Our life as a community should also be a sign to the Church to rise up to its true calling as a communion of the Holy Spirit, the Body of Christ and the company of Christ’s friends.  We are not called to be a separate elite, but to exemplify the life of the Body of Christ in which every member has a particular gift of the Spirit for ministry and shares an equal dignity.  Fr. Benson taught that “there are special gifts of God indeed to the Society, but only as it is a society within the Church.  The small body is to realize and intensify the gifts, to realize the energies, belonging to the whole Church.”  Our witness and ministry is not merely to separate individuals; it is for strengthening the common life in the Body of Christ.

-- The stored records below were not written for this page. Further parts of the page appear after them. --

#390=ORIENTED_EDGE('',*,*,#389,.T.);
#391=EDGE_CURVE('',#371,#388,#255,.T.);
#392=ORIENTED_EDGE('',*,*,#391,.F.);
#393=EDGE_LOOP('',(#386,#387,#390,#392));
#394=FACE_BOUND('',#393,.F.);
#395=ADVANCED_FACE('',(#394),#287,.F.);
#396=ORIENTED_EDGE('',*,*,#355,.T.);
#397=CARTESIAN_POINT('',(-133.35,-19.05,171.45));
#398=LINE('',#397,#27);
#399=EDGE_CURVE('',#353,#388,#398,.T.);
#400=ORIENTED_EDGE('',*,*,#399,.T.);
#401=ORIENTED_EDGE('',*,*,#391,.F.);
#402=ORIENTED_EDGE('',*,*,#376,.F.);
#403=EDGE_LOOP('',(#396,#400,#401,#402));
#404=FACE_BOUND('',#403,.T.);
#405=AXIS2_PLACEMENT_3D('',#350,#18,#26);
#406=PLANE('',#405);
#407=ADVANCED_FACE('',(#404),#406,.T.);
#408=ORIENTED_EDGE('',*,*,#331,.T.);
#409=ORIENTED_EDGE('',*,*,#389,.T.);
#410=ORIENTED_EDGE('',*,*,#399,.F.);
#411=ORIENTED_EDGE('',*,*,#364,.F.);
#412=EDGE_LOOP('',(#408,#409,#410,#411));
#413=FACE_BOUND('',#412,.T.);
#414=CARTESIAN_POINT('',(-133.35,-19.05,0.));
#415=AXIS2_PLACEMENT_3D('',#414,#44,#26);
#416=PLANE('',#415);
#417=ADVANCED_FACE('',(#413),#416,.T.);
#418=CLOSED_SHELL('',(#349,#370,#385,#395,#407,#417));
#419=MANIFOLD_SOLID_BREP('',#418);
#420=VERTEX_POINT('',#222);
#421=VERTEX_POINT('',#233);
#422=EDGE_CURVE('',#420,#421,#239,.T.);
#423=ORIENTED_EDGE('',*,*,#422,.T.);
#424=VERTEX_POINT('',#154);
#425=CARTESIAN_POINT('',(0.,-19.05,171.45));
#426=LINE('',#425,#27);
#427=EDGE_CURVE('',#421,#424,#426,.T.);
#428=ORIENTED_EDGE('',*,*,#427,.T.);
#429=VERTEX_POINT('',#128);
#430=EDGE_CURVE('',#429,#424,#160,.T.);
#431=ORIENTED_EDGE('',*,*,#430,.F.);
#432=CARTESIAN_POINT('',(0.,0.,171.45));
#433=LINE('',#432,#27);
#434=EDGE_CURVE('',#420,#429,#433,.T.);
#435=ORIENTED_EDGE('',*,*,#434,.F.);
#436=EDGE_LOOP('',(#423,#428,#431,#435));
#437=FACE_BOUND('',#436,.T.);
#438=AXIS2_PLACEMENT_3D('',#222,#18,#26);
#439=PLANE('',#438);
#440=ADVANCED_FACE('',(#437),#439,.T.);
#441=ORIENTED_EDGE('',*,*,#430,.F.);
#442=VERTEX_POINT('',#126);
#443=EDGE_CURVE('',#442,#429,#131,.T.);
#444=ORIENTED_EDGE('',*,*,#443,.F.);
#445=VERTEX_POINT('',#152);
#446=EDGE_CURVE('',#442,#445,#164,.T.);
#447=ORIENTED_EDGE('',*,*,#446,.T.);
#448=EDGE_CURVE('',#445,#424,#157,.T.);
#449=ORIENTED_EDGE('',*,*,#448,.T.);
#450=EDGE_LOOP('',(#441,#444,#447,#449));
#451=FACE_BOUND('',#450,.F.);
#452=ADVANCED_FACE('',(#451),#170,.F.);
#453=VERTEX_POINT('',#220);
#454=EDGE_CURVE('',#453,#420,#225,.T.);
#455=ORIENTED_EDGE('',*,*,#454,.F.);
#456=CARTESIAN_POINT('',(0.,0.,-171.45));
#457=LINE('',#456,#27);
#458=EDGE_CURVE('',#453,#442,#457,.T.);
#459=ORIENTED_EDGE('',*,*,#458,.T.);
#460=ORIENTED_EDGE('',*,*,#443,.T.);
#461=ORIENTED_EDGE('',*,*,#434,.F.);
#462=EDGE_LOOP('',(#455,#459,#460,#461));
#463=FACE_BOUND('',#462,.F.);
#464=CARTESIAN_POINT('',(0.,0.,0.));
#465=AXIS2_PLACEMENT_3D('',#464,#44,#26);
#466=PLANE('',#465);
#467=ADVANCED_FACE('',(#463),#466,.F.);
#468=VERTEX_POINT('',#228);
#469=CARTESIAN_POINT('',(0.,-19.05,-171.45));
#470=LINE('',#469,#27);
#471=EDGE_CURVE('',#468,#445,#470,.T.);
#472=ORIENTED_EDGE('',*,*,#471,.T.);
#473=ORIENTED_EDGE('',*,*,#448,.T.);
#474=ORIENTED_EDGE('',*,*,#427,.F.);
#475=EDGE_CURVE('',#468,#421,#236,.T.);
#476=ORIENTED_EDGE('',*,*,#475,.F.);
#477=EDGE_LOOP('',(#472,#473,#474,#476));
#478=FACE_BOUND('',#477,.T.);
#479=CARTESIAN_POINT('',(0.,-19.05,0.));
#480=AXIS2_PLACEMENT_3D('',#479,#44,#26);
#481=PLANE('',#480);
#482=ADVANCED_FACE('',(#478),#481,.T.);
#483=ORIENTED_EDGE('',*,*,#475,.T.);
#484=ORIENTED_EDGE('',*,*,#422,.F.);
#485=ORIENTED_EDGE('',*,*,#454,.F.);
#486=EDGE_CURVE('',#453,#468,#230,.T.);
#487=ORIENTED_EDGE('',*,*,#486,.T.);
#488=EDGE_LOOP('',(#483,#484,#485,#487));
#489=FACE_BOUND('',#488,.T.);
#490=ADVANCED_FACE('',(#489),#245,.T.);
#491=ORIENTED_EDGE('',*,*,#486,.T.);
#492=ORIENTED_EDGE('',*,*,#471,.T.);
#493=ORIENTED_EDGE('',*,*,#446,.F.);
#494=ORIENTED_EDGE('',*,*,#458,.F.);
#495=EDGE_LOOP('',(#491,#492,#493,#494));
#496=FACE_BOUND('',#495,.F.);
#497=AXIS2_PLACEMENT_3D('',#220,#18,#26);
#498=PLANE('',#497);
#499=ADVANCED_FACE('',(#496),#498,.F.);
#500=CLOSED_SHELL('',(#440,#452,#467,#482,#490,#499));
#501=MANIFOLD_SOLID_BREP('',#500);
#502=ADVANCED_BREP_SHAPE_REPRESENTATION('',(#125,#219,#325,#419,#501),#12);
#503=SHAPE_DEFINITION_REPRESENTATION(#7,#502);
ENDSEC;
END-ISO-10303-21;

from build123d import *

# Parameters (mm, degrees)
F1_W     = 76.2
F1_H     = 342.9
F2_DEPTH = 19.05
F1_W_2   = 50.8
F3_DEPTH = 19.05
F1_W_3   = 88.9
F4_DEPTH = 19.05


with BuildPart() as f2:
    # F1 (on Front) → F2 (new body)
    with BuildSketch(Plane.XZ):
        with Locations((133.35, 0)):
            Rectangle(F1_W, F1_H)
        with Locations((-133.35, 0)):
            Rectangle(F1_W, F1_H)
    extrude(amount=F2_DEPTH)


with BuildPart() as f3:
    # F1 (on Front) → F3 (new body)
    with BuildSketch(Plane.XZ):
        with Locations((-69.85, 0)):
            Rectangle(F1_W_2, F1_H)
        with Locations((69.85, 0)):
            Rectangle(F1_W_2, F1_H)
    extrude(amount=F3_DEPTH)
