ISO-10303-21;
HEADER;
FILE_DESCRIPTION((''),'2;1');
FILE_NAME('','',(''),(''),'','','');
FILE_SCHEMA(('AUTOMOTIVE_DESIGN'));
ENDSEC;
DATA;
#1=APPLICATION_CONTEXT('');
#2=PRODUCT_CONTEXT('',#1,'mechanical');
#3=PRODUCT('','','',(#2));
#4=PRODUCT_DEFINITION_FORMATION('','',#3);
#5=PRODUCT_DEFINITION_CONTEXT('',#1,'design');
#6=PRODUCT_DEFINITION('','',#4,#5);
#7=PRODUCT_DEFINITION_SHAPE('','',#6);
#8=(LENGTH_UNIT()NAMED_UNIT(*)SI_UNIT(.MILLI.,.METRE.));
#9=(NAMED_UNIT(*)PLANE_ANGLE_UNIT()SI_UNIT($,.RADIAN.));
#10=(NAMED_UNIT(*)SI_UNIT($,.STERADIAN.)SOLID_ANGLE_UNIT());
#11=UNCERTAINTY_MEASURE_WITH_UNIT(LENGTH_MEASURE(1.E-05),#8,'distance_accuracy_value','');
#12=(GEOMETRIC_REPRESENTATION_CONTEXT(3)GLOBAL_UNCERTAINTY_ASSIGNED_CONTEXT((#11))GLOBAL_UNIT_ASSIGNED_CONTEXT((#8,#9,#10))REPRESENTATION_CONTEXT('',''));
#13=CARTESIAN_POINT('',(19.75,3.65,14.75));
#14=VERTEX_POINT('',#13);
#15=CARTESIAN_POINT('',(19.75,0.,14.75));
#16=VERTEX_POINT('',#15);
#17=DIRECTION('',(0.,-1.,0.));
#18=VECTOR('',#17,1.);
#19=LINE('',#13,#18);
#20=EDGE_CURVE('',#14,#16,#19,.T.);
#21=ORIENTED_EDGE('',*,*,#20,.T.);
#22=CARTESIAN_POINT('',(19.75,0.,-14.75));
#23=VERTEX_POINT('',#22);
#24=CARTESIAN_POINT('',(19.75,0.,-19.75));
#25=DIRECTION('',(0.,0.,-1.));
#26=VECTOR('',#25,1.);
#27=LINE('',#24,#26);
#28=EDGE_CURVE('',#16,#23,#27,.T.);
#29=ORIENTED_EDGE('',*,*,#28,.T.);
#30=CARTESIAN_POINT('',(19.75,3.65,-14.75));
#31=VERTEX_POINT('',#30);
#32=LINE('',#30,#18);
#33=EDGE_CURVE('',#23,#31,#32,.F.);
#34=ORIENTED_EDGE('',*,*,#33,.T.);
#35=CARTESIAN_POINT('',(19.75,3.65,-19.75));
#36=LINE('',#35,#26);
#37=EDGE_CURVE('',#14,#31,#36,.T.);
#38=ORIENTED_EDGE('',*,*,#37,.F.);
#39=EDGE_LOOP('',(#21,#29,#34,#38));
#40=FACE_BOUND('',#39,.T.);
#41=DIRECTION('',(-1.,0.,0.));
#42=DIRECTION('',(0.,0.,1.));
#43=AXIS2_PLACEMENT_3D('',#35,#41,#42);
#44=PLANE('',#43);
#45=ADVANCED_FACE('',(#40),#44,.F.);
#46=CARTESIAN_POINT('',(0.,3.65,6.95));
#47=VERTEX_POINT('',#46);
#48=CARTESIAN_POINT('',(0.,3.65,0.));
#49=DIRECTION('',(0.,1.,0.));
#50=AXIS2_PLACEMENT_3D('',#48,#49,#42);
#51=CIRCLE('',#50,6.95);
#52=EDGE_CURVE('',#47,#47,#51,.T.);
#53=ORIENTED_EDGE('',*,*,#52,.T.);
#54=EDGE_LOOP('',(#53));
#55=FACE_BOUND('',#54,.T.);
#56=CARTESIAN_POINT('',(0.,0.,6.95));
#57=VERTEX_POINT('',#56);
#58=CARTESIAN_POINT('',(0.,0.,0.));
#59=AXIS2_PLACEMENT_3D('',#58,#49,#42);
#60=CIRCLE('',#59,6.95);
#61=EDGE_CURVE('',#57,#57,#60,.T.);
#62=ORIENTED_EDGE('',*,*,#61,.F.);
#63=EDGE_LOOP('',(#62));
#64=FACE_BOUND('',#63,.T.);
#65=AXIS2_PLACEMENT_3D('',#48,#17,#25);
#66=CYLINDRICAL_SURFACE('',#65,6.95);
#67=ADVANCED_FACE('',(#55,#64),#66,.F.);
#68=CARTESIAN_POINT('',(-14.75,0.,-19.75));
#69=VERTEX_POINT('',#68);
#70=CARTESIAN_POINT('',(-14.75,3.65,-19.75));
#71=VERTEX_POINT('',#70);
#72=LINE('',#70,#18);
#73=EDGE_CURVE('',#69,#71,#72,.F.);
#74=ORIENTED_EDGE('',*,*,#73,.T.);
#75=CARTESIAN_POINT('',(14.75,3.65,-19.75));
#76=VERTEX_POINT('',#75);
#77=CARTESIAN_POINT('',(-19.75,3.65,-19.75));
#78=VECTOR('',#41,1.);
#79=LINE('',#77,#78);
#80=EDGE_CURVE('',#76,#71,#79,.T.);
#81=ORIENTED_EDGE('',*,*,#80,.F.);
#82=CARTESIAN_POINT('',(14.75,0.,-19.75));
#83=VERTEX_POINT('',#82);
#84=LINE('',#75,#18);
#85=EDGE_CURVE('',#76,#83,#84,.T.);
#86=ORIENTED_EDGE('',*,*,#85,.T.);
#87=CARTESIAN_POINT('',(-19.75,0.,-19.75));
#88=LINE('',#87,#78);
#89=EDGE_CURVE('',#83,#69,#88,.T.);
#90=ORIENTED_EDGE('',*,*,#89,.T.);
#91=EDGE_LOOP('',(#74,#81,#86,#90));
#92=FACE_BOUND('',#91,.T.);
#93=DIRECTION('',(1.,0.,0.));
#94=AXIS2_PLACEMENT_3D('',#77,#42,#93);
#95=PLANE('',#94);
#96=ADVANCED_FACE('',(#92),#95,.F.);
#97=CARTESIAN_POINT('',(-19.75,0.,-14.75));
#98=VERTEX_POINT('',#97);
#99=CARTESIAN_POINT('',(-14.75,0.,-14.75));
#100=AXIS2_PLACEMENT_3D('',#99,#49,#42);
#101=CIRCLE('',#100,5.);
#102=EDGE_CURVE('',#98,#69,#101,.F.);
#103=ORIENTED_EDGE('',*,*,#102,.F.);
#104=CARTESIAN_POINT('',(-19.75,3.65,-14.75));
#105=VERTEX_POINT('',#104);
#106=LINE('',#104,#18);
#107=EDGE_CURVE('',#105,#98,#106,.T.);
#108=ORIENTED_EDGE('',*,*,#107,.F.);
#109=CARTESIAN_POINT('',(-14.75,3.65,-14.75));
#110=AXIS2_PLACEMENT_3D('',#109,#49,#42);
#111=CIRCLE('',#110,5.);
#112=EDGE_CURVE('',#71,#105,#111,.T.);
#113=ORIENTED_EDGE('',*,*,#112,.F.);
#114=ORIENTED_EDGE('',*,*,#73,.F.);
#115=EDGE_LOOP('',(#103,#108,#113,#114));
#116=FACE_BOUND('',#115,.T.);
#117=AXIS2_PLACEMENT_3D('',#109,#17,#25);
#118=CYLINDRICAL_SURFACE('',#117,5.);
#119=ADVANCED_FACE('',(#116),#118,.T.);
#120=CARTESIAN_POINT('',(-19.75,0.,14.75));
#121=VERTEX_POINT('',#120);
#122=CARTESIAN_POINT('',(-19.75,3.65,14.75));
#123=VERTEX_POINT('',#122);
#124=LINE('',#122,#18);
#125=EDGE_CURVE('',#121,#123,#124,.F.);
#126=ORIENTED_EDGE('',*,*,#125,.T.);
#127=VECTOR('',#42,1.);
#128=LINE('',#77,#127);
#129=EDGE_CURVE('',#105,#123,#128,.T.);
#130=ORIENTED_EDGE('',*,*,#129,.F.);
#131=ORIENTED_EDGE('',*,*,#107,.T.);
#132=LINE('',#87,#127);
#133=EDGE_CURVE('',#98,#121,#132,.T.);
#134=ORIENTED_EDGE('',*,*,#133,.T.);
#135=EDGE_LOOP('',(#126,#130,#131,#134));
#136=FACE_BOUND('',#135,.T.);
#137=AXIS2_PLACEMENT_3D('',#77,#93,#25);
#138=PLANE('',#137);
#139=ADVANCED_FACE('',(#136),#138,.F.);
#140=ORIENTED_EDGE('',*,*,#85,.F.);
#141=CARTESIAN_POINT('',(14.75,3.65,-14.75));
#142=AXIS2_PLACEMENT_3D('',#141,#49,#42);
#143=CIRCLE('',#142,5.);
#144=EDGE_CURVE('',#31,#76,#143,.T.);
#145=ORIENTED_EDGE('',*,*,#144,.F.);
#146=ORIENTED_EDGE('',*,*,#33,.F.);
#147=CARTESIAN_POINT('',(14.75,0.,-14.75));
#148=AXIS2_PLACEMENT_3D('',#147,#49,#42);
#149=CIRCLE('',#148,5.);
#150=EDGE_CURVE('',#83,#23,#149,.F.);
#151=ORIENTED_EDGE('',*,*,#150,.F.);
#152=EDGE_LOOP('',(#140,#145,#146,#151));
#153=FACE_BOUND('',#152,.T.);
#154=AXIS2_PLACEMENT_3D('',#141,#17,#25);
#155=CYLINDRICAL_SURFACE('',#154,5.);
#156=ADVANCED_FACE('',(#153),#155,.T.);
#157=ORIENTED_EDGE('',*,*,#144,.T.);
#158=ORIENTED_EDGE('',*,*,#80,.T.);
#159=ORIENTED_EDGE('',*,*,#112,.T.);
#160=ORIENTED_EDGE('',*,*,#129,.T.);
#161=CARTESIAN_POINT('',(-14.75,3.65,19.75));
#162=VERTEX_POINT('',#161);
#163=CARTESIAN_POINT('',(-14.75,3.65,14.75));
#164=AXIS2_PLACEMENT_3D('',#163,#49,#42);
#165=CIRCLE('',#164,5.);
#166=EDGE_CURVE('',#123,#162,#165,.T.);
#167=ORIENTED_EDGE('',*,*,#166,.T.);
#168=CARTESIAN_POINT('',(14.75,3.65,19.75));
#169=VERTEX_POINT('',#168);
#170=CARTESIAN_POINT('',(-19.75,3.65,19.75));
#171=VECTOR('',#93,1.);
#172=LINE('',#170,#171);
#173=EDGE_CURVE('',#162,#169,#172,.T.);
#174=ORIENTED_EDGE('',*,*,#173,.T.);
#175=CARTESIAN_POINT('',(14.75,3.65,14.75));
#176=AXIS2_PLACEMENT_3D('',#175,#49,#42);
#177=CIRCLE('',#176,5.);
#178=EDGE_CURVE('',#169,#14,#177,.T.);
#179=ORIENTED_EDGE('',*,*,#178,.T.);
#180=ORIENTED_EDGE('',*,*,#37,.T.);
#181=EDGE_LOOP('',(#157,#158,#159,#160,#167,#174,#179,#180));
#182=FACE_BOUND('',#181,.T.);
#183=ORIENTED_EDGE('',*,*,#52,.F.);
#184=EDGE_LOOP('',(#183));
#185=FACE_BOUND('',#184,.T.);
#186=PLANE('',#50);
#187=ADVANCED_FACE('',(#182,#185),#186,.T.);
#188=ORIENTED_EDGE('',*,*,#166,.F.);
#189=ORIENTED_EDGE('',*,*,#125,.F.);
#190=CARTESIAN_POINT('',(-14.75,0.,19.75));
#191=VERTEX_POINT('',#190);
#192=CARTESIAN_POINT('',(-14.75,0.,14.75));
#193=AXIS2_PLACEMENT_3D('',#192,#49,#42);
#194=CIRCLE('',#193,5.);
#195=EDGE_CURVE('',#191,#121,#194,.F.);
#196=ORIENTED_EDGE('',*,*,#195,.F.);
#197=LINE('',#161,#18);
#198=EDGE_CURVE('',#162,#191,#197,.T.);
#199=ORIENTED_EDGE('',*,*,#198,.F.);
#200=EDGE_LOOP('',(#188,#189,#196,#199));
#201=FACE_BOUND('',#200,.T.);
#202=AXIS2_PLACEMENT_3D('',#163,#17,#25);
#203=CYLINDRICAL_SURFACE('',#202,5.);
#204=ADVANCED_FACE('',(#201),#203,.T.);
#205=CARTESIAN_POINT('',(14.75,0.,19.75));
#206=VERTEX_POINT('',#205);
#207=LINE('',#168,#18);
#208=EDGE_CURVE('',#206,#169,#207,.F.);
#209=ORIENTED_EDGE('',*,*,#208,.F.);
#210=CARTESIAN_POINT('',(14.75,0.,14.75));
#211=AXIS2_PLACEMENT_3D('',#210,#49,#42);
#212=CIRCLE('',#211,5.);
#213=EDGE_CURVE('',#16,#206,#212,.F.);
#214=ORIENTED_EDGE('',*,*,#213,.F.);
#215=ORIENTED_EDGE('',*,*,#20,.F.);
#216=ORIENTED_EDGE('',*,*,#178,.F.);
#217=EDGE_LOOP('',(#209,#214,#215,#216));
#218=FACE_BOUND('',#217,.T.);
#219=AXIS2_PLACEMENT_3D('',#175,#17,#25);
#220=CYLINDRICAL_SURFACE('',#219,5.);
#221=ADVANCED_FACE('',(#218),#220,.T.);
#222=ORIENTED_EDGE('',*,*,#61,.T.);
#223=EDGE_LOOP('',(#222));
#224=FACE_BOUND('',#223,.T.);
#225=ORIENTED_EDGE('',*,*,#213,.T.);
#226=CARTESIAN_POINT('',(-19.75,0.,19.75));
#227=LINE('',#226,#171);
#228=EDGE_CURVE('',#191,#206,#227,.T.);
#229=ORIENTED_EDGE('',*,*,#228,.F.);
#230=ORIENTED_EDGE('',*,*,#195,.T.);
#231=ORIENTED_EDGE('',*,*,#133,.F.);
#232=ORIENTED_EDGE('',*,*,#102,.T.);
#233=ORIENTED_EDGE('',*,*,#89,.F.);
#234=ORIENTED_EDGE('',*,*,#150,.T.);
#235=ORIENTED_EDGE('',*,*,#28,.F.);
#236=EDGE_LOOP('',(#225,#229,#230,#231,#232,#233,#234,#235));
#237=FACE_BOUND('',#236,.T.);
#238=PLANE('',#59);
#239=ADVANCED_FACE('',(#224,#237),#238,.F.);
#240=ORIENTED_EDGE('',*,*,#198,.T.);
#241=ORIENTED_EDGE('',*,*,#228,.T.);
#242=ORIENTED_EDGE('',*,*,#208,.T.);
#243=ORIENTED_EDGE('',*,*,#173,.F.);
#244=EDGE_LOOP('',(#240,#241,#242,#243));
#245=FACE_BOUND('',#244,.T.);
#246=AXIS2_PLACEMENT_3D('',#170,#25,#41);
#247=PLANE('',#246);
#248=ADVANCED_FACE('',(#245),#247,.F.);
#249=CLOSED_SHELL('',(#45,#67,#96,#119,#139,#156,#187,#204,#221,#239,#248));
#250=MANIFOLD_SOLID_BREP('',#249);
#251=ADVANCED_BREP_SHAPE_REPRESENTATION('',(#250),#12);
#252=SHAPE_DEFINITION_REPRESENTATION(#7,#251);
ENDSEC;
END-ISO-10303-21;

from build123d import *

# Parameters (mm, degrees)
SKETCH1_W           = 39.5
SKETCH1_H           = 39.5
SKETCH1_R           = 6.95
BOSS_EXTRUDE1_DEPTH = 3.65
FILLET1_R           = 5


with BuildPart() as part:
    # Sketch1 → Boss-Extrude1 (new body)
    with BuildSketch(Plane(origin=(0, 0, 0), x_dir=(1, 0, 0), z_dir=(0, 1, 0))):
        Rectangle(SKETCH1_W, SKETCH1_H)
        Circle(SKETCH1_R, mode=Mode.SUBTRACT)
    extrude(amount=BOSS_EXTRUDE1_DEPTH)

    # Fillet1
    fillet1_edges = [part.edges().sort_by_distance(p)[0] for p in [
        (-19.75, 1.825, -19.75),
        (19.75, 1.825, -19.75),
        (19.75, 1.825, 19.75),
        (-19.75, 1.825, 19.75),
    ]]
    fillet(fillet1_edges, radius=FILLET1_R)


solid = part.part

  1. mark on April 14, 2009 at 19:21

    If you have to do it, you might as well do it right

  2. Pat Tyler on March 1, 2009 at 13:32

    Greetings, How can we reach into the isolated world of individuals with disabilities? When I look at our services and the services of many churches, these special individuals are often absent. Peace, Pat

  3. Polly Henninger on March 1, 2009 at 01:00

    How good it is to be reminded that we are called by God to belong to communities of personal cooperation and interdependence, not simply for our own pleasure but because community is the manifestation of our social nature and reflects the triune nature of God. I attended a Croatian concert tonight followed by Croatian folk dancing. The singers are of Croatian heritage, however small, and their group gives them a means of sharing their community with others. The concert was livelier than most and that came from the sense of community. Tonight’s reading by Bishop Shaw, in the context of that concert, made me grateful for the sense of community I derive from being in the Fellowship of St. John and also the empowerment and nurturance that it gives me to feel community with these singers. It is because I know community that I can enter in and feel a part of, not isolated, despite the fact that I don’t know Croatian, or this music, or these people. I went alone, only knowing one singer and recognizing one friend in the audience at the concert, but I could feel that this concert was about being part of community. I resonated with that feeling. I know it. All of us who attend, be it the concert or a service at the monastery, or some other activity that manifests and is permeated by an underlying, abiding sense of community are offered the opportunity to experience and participate in the triune image of God. I am grateful for the intensifying that the Brothers intentionally bring to the experience of community.